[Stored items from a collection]
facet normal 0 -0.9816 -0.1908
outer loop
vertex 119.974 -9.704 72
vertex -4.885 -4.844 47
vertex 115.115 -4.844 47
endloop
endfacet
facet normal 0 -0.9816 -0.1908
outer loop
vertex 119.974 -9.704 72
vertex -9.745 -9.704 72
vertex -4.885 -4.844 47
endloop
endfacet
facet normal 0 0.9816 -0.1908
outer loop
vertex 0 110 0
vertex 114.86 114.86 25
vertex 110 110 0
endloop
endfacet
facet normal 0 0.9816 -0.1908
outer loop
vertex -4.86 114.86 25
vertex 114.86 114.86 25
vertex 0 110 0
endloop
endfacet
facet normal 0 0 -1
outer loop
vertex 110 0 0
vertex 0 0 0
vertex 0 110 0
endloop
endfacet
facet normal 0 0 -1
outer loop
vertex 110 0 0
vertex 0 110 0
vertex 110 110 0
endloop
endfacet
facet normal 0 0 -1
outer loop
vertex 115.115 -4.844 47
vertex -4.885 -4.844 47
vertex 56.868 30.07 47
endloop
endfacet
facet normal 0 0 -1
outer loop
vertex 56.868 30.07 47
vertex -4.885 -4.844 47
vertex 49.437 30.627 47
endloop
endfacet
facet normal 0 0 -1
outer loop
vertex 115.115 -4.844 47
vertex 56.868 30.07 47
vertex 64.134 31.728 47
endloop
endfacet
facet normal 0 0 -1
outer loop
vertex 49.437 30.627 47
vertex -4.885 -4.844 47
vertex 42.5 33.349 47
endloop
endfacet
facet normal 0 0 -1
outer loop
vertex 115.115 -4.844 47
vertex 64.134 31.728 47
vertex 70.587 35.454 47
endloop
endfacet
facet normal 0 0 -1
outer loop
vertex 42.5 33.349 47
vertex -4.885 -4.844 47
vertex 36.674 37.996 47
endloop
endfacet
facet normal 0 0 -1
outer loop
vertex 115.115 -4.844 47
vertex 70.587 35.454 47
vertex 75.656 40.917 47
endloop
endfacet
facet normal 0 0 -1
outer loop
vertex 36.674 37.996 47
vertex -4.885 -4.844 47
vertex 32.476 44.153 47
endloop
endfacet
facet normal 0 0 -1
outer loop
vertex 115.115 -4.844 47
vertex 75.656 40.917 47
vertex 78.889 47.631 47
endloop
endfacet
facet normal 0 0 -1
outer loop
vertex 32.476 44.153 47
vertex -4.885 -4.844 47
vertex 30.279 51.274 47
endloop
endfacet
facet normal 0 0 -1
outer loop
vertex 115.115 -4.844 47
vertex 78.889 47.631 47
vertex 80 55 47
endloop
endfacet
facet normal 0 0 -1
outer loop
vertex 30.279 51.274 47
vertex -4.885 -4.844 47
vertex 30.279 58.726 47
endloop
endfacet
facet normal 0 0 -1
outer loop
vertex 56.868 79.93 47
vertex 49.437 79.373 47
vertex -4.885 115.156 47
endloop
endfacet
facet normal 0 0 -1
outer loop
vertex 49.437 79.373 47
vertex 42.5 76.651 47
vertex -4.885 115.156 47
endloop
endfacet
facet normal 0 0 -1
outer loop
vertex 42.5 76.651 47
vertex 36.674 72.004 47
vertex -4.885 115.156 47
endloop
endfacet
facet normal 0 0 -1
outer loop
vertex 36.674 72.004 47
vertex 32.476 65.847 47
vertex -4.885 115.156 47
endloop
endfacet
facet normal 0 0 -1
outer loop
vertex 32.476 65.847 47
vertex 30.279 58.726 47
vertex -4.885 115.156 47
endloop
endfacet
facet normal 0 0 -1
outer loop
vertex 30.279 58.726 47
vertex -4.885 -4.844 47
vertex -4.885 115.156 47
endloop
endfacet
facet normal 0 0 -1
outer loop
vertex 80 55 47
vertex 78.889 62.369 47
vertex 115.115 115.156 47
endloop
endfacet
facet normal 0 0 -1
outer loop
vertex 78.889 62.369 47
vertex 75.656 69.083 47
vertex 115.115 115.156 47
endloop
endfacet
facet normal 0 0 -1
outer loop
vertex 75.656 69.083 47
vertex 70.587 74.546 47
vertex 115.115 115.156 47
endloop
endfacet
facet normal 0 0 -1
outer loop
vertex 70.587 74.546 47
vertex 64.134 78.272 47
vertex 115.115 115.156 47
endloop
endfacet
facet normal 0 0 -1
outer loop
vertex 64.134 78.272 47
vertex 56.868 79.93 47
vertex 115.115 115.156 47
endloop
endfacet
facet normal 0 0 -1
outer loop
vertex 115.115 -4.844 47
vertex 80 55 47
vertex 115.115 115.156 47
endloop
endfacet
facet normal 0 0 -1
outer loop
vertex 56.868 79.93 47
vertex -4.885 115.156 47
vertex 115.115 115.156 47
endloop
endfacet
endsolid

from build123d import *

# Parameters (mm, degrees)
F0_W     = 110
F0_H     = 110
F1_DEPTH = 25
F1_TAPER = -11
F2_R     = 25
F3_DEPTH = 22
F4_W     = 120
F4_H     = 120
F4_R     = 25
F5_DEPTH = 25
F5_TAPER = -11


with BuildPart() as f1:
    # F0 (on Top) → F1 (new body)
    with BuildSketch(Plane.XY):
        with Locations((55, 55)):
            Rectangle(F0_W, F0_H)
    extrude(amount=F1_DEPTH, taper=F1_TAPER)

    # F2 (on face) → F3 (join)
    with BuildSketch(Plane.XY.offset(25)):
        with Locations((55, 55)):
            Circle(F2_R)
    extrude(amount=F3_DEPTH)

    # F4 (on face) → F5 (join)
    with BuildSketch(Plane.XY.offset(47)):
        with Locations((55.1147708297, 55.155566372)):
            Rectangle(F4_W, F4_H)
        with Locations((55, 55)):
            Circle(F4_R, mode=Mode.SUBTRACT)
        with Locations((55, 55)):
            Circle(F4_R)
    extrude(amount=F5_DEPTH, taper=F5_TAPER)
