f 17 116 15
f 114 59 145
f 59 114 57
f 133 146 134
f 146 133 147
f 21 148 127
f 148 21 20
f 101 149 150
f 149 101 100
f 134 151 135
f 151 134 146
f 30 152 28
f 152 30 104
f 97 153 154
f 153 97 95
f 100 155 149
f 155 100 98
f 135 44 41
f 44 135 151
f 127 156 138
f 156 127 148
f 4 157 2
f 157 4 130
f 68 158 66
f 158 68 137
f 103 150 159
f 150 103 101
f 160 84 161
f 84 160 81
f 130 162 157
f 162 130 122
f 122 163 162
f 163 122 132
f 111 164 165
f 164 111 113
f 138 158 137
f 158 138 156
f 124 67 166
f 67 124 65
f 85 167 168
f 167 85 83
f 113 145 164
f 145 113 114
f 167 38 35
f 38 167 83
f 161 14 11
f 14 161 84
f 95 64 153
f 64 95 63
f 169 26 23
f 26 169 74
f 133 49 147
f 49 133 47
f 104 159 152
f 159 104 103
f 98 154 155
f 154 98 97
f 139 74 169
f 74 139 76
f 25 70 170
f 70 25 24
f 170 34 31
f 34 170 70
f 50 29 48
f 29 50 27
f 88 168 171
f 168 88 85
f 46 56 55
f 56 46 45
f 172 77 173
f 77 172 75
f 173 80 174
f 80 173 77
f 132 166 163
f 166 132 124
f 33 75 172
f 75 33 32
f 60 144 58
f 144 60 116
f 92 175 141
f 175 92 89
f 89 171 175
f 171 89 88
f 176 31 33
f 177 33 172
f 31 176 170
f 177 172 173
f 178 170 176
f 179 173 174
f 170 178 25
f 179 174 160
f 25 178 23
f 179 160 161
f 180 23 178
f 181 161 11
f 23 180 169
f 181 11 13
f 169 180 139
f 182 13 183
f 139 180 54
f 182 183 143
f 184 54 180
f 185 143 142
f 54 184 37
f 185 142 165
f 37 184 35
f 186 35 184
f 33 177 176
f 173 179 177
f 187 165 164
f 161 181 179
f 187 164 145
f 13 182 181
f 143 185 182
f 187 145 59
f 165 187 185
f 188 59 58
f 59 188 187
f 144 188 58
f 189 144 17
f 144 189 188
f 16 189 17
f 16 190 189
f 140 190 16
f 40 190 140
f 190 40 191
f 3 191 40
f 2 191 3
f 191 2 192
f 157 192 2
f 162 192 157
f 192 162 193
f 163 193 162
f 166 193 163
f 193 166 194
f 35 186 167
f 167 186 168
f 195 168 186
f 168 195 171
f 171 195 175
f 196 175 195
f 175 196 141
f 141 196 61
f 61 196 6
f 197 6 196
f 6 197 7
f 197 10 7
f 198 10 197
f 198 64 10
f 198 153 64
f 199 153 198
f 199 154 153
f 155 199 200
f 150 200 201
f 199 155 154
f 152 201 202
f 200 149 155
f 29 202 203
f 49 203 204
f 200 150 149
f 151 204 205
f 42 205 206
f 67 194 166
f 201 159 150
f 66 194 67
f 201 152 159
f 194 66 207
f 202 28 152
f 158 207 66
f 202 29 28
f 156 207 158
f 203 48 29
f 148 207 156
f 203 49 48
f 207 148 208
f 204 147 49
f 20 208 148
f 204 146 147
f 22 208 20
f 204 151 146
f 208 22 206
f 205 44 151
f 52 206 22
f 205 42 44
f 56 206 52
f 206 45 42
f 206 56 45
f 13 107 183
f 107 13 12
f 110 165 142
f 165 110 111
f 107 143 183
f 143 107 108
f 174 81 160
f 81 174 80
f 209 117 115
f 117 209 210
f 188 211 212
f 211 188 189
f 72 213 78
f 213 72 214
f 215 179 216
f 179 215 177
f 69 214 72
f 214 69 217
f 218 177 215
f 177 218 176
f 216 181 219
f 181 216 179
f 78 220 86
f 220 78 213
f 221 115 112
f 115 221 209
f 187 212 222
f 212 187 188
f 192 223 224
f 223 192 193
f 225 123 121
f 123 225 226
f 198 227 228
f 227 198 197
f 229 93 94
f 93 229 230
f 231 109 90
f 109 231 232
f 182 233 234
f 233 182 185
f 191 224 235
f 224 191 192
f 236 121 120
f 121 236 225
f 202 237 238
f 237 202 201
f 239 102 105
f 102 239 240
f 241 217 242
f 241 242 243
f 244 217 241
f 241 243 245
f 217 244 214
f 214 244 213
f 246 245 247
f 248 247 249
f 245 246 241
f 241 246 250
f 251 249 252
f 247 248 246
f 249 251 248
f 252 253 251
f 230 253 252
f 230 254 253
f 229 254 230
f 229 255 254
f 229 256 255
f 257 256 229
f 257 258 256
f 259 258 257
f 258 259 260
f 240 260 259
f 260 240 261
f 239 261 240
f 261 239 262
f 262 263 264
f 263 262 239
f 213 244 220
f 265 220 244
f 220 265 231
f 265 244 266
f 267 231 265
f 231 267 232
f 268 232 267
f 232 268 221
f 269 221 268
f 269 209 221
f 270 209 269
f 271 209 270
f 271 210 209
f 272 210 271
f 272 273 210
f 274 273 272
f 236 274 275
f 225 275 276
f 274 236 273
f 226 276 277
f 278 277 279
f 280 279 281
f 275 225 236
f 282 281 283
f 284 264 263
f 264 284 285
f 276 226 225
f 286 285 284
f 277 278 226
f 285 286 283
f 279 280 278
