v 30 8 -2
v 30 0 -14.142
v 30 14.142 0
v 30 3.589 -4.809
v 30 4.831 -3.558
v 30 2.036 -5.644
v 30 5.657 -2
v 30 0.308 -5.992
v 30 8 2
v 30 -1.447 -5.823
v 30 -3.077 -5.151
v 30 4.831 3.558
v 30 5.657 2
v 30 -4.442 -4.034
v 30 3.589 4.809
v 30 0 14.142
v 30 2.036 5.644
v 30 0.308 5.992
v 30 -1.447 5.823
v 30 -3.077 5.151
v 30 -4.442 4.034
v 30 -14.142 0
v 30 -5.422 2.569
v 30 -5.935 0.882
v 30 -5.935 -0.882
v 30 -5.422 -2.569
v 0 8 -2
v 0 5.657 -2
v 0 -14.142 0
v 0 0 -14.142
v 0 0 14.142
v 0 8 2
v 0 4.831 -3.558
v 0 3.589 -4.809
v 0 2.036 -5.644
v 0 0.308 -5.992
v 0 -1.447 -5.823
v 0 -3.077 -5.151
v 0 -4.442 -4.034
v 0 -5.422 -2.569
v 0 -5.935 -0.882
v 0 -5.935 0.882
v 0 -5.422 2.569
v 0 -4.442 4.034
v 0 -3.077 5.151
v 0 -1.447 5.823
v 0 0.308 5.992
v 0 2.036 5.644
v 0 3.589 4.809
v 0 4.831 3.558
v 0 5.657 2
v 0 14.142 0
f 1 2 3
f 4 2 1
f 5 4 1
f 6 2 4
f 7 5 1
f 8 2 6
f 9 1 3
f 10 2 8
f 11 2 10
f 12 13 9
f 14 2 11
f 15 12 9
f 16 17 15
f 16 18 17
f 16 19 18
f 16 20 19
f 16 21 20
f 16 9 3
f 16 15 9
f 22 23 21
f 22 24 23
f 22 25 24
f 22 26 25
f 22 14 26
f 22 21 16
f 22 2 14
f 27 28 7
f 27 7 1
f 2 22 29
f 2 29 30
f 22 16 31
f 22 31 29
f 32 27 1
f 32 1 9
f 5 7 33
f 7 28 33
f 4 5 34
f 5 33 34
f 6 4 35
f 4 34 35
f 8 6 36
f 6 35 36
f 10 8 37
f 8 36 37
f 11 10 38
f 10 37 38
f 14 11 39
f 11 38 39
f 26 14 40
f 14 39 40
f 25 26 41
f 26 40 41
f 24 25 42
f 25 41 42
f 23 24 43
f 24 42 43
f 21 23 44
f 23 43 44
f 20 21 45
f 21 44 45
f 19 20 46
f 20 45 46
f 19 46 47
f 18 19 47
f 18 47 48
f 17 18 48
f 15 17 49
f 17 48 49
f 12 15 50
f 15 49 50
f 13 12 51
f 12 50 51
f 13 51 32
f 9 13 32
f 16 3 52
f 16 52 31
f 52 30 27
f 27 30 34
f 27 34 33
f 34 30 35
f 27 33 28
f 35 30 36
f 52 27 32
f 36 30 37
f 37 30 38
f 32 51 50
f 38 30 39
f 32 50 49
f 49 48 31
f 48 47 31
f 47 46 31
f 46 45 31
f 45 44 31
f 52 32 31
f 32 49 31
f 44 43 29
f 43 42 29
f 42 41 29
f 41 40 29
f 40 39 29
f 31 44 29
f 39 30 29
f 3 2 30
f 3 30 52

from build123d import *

# Parameters (mm, degrees)
SKETCH1_W          = 30
SKETCH1_H          = 17.5
SKETCH5_R          = 6
CUT_EXTRUDE3_DEPTH = 39.890872965
SKETCH6_W          = 4
SKETCH6_H          = 4
CUT_EXTRUDE5_DEPTH = 39.890872965
SKETCH7_OUTSIDE_W  = 48.576
SKETCH7_OUTSIDE_H  = 48.576
CUT_EXTRUDE6_DEPTH = 39.890872965


with BuildPart() as part:
    # Sketch1 → Revolve1 (revolve)
    with BuildSketch(Plane.XY, mode=Mode.PRIVATE) as revolve1_sk:
        with Locations((15, 8.75)):
            Rectangle(SKETCH1_W, SKETCH1_H)
    revolve(revolve1_sk.sketch.rotate(Axis((0, 0, 0), (-1, 0, 0)), 90), axis=Axis((0, 0, 0), (-1, 0, 0)))

    # Sketch5 → Cut-Extrude3 (cut, through all)
    with BuildSketch(Plane.ZY):
        Circle(SKETCH5_R)
    extrude(amount=-CUT_EXTRUDE3_DEPTH, mode=Mode.SUBTRACT)

    # Sketch6 → Cut-Extrude5 (cut, through all)
    with BuildSketch(Plane.ZY):
        with Locations((0, 6)):
            Rectangle(SKETCH6_W, SKETCH6_H)
    extrude(amount=-CUT_EXTRUDE5_DEPTH, mode=Mode.SUBTRACT)

    # Sketch7 outside → Cut-Extrude6 (cut, through all)
    with BuildSketch(Plane(origin=(30, 0, 0), x_dir=(0, 0, -1), z_dir=(1, 0, 0))):
        Rectangle(SKETCH7_OUTSIDE_W, SKETCH7_OUTSIDE_H)
        Polygon((-14.142135624, 0), (0, -14.142135624), (14.142135624, 0), (0, 14.142135624), align=None, mode=Mode.SUBTRACT)
    extrude(amount=-CUT_EXTRUDE6_DEPTH, mode=Mode.SUBTRACT)


solid = part.part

ASSIGNED TASK
Look above for the line holding "f 13 182 181". Print it and every line after it, exactly, through the line holding "f 196 175 195".

OUTPUT FOR THIS TASK
f 13 182 181
f 143 185 182
f 187 145 59
f 165 187 185
f 188 59 58
f 59 188 187
f 144 188 58
f 189 144 17
f 144 189 188
f 16 189 17
f 16 190 189
f 140 190 16
f 40 190 140
f 190 40 191
f 3 191 40
f 2 191 3
f 191 2 192
f 157 192 2
f 162 192 157
f 192 162 193
f 163 193 162
f 166 193 163
f 193 166 194
f 35 186 167
f 167 186 168
f 195 168 186
f 168 195 171
f 171 195 175
f 196 175 195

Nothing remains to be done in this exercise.